Last month saw the launch of the first annual Anti-DRM Day. The event, coordinated by the Free Software Foundation's anti-DRM initiative, Defective By Design, was intended to raise awareness of digital rights management issues that, in their view, hurt digital media by imposing unreasonable limits on usage.
Plenty of events were planned - from Web-based actions like posting anti-DRM banners and DRM-free music and video links to protests at Apple Computer outlets and - my personal favorite - attempting to get arrested for violating your own copyright. Many were carried out, but whether the event was a success is open to debate. If, for example, the main goal was to raise awareness via Big Media coverage - and if Google News is any benchmark - then Anti-DRM Day may have been largely a case of preaching to the choir.

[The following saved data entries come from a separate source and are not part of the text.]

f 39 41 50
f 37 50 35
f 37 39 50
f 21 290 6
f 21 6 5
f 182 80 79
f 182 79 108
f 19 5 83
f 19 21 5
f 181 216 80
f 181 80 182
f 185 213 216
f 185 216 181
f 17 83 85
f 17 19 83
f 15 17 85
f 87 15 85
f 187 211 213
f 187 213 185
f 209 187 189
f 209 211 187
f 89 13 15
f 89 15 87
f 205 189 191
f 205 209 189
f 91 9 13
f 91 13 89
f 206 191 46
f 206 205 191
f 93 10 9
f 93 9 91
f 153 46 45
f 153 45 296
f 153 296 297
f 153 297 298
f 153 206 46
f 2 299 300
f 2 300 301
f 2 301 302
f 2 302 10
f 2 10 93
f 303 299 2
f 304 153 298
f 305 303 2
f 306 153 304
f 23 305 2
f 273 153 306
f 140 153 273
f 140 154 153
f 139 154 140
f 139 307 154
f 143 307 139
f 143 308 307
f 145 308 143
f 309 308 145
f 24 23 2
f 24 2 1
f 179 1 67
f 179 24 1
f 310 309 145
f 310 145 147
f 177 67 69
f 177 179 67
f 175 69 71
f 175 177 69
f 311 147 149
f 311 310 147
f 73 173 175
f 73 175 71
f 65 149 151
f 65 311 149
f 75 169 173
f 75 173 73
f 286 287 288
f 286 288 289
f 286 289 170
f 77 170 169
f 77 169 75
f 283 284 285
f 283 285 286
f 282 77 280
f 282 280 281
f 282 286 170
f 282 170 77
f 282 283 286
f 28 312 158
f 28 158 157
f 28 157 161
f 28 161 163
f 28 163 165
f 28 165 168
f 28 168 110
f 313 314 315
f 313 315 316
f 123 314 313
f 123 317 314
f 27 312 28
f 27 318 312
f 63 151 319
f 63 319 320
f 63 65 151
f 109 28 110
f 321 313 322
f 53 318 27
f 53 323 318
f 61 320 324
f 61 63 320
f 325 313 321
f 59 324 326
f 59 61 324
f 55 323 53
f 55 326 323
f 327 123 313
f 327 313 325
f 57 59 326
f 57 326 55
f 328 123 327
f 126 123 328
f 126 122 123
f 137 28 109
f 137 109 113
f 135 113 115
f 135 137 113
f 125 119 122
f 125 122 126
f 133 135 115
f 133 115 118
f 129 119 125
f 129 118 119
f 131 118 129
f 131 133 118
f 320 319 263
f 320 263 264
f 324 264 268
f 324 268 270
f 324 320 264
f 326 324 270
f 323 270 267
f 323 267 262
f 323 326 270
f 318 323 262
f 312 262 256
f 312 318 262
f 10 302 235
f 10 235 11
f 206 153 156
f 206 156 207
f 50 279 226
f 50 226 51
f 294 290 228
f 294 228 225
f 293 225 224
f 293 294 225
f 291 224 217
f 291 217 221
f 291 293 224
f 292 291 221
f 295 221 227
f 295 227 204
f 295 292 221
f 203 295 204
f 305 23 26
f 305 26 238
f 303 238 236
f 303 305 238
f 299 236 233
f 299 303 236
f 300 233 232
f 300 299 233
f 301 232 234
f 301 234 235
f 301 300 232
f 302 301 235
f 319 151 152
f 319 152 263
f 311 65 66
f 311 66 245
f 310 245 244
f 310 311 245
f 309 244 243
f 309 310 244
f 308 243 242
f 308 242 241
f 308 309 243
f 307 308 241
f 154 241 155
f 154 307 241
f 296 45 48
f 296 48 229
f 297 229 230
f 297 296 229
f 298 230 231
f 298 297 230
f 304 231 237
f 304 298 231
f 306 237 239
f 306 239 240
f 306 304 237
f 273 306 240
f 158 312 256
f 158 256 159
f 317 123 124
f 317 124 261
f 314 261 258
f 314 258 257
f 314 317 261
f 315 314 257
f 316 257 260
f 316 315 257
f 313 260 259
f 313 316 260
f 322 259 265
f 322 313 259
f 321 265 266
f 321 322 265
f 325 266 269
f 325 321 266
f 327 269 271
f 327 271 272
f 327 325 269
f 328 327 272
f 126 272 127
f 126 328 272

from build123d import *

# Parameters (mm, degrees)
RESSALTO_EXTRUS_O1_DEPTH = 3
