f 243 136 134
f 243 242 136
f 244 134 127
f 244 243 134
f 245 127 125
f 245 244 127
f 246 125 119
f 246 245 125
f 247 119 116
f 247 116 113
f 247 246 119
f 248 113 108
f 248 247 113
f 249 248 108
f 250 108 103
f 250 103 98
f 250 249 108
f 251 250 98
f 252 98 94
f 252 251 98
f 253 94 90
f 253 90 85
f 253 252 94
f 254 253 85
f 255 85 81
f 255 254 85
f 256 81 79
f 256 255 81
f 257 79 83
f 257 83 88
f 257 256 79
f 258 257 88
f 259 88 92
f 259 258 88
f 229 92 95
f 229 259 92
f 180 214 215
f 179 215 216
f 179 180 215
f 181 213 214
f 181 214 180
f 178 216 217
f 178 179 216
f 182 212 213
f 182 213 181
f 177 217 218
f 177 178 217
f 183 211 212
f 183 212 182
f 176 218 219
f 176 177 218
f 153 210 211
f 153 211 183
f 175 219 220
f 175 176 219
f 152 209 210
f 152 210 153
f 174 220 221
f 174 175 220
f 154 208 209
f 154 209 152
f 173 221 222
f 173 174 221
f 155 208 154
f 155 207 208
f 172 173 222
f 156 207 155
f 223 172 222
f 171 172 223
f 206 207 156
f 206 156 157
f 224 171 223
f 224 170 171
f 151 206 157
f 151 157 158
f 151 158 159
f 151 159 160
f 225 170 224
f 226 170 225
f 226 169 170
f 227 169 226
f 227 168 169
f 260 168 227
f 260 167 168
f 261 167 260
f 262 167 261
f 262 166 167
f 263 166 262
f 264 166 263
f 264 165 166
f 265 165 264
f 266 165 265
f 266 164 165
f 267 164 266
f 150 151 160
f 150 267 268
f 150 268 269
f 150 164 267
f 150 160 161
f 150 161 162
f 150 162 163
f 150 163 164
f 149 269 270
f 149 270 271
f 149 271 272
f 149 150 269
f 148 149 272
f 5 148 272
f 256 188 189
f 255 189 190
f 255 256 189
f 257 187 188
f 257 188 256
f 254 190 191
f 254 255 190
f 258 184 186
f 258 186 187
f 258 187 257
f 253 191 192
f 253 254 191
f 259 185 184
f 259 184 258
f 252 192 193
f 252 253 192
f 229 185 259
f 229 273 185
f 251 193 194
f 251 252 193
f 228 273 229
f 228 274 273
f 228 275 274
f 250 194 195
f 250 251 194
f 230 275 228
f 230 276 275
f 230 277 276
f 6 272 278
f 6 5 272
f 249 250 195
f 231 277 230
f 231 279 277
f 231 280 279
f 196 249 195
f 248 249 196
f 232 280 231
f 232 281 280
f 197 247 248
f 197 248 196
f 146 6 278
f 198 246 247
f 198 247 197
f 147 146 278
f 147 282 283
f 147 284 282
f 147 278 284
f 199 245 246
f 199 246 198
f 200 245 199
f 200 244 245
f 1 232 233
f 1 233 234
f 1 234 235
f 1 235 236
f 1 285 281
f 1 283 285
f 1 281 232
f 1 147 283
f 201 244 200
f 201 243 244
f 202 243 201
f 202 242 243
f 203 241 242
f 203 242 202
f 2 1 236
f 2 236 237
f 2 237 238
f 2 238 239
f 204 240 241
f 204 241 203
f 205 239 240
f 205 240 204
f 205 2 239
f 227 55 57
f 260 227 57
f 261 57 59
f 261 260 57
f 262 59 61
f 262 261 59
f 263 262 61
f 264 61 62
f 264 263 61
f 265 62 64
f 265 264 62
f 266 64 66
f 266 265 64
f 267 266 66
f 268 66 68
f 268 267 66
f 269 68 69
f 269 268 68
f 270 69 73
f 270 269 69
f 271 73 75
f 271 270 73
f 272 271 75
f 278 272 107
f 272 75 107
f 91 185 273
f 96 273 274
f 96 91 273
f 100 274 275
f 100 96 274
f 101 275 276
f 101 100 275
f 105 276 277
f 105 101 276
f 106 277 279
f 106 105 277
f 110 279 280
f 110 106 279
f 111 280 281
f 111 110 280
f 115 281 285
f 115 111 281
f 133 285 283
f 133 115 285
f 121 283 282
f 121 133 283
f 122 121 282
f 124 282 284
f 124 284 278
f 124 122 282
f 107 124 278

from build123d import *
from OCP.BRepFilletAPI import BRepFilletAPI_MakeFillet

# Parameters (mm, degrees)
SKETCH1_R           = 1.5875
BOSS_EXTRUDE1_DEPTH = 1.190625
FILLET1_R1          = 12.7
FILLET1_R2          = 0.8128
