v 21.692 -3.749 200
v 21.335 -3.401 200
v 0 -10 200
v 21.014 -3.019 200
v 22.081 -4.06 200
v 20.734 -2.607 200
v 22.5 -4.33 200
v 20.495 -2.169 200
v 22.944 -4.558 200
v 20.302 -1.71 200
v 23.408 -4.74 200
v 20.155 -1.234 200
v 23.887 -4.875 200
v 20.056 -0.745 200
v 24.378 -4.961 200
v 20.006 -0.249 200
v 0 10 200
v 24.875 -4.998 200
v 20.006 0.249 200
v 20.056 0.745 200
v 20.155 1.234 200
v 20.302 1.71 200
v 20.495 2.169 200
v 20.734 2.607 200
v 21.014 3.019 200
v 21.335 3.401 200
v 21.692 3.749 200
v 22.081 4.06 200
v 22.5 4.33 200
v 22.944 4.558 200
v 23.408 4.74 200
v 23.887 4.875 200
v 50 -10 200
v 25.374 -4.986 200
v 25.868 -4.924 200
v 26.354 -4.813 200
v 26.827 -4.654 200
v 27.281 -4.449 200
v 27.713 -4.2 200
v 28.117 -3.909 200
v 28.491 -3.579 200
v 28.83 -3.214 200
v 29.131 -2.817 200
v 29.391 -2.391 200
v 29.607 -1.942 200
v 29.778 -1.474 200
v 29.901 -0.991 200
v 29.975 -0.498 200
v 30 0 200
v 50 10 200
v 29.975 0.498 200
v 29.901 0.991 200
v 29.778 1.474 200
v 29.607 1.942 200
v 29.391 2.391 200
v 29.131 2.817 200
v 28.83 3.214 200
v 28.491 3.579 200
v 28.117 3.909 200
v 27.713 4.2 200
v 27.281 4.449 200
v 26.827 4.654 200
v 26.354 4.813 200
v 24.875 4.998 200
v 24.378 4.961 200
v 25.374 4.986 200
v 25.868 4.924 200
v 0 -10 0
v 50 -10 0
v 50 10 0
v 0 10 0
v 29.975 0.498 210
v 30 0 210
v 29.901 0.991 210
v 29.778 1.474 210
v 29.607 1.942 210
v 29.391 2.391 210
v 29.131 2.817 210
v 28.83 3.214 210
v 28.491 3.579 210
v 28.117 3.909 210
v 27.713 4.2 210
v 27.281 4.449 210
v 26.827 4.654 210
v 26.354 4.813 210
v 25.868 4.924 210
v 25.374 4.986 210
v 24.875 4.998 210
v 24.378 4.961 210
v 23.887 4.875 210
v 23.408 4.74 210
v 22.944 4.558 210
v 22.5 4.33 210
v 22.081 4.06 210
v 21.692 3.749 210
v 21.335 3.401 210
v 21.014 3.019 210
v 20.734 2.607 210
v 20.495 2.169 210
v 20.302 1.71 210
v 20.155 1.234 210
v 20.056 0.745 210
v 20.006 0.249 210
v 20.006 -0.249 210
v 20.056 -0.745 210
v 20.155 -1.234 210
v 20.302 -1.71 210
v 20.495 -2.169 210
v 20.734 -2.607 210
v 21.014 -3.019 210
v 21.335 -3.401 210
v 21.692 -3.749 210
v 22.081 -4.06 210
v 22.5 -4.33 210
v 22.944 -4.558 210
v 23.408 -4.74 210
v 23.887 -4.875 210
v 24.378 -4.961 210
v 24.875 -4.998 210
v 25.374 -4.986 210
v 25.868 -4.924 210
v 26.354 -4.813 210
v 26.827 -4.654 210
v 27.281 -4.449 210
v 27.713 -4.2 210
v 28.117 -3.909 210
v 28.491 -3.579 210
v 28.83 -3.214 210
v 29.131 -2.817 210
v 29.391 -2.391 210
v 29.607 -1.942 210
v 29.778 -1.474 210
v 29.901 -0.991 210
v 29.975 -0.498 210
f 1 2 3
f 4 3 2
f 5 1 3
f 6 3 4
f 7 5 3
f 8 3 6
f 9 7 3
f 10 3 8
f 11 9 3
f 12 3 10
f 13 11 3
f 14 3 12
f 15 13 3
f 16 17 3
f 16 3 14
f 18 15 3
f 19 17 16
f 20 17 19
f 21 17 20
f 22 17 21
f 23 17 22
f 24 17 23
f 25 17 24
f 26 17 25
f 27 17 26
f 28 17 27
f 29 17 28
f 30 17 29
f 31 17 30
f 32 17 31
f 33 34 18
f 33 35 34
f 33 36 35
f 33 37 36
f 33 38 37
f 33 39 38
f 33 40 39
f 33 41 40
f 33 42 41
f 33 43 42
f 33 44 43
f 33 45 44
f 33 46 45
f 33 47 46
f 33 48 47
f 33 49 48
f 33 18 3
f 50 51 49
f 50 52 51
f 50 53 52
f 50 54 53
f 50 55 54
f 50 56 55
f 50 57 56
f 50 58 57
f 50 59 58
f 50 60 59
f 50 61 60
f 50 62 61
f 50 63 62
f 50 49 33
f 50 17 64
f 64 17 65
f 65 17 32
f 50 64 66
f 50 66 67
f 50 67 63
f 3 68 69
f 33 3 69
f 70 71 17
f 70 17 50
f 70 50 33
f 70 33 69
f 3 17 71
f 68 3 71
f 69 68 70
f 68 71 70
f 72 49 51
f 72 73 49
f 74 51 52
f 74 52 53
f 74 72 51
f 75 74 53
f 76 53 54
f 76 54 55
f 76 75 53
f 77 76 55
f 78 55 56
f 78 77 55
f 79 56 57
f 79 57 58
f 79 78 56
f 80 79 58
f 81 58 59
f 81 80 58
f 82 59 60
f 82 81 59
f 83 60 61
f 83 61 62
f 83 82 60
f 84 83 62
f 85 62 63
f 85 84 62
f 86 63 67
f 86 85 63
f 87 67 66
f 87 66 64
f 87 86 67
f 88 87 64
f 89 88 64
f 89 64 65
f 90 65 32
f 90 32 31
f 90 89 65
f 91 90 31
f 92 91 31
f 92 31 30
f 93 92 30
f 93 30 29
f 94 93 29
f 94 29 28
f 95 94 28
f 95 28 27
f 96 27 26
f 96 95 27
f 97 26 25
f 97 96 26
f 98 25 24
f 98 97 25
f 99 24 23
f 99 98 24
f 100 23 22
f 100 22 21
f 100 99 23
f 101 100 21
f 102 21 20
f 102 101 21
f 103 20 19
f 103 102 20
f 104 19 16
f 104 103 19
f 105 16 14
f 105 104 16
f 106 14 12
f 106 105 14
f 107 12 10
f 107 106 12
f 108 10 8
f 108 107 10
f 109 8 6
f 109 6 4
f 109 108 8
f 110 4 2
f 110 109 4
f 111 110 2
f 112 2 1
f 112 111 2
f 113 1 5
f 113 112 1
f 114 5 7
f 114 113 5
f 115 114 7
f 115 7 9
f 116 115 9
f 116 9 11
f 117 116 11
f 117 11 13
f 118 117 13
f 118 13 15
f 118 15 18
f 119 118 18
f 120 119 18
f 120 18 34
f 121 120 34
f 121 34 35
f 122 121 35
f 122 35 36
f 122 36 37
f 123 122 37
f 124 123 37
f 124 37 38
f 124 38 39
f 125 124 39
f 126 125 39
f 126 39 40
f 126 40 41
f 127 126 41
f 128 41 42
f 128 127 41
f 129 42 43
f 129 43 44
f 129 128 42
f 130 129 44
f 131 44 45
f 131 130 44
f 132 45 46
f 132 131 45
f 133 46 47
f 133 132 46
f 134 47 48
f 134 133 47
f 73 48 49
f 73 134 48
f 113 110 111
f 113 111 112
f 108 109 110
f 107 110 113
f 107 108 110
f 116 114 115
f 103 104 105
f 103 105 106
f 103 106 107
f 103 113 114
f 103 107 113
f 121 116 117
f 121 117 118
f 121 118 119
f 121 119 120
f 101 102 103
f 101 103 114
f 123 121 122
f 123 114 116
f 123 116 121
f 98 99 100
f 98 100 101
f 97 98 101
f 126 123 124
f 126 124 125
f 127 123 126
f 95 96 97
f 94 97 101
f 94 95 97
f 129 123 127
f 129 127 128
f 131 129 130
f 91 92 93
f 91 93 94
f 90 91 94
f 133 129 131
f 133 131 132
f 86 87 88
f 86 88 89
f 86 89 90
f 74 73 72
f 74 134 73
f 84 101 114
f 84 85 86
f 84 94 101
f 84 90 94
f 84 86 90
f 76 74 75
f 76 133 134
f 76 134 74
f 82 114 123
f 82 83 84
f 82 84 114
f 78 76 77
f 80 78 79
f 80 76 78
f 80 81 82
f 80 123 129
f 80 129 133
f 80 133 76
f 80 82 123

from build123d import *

# Parameters (mm, degrees)
SKETCH_1_W      = 50
SKETCH_1_H      = 200
EXTRUDE_1_DEPTH = 10
SKETCH_2_R      = 5
EXTRUDE_2_DEPTH = 10


with BuildPart() as part:
    # 草图1 → 凸台-拉伸1 (new body, symmetric)
    with BuildSketch(Plane(origin=(0, 0, 0), x_dir=(1, 0, 0), z_dir=(0, 1, 0))):
        with Locations((25, -100)):
            Rectangle(SKETCH_1_W, SKETCH_1_H)
    extrude(amount=EXTRUDE_1_DEPTH, both=True)

    # 草图2 → 凸台-拉伸2 (add, symmetric)
    with BuildSketch(Plane.XY.offset(200)):
        with Locations((25, 0)):
            Circle(SKETCH_2_R)
    extrude(amount=EXTRUDE_2_DEPTH, both=True)


solid = part.part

On the other hand, the fact that the event was even held - or thought of - signifies a growing resentment from media consumers of DRM technologies that, taken to extremes, make digital media less attractive. Media companies are rightfully concerned about piracy, but the initial knee-jerk hard line of zero-tolerance policies, the declaration that purchased media is still the property of the copyright holders, and asserting the right to dictate and limit how, when, where and on what device consumers may view or listen to content - even when they've paid for it - is not winning over the customer base.
This is partly because most music fans think it's lame to download tracks from iTunes only to discover later that they don't work on certain media players, or that you can transfer the tracks so many times before they stop working (which is like buying a new CD player that makes your entire CD collection obsolete). But it's also because media fans - especially the younger ones - are not consuming media the way our generation did.
Passive no more
Media consumption is increasingly becoming a social, viral and interactive experience - not just by time-shifting, SMS voting or using a music CD or DVD to unlock a Web site for bonus material, but by manipulating the media itself and sharing the results. Mash-ups of music and video - adding Beyonc‾vocals to a Nirvana track, or dubbing Darth Vader scenes from Star Wars with lines spoken by James Earl Jones in other films - are becoming increasingly commonplace.
This is media consumption in the 21st century, whether the media industry likes it or not. But there are signs they're learning to like it.
For example, music artists like Beck, Barenaked Ladies, Depeche Mode and New Order have been allowing fans to resequence albums, remix their songs and post the results wherever they like. Fox Atomic - the recently launched youth-oriented film division of Fox Entertainment - has a Web site feature called The Blender that allows fans access to mash-up select Fox video footage.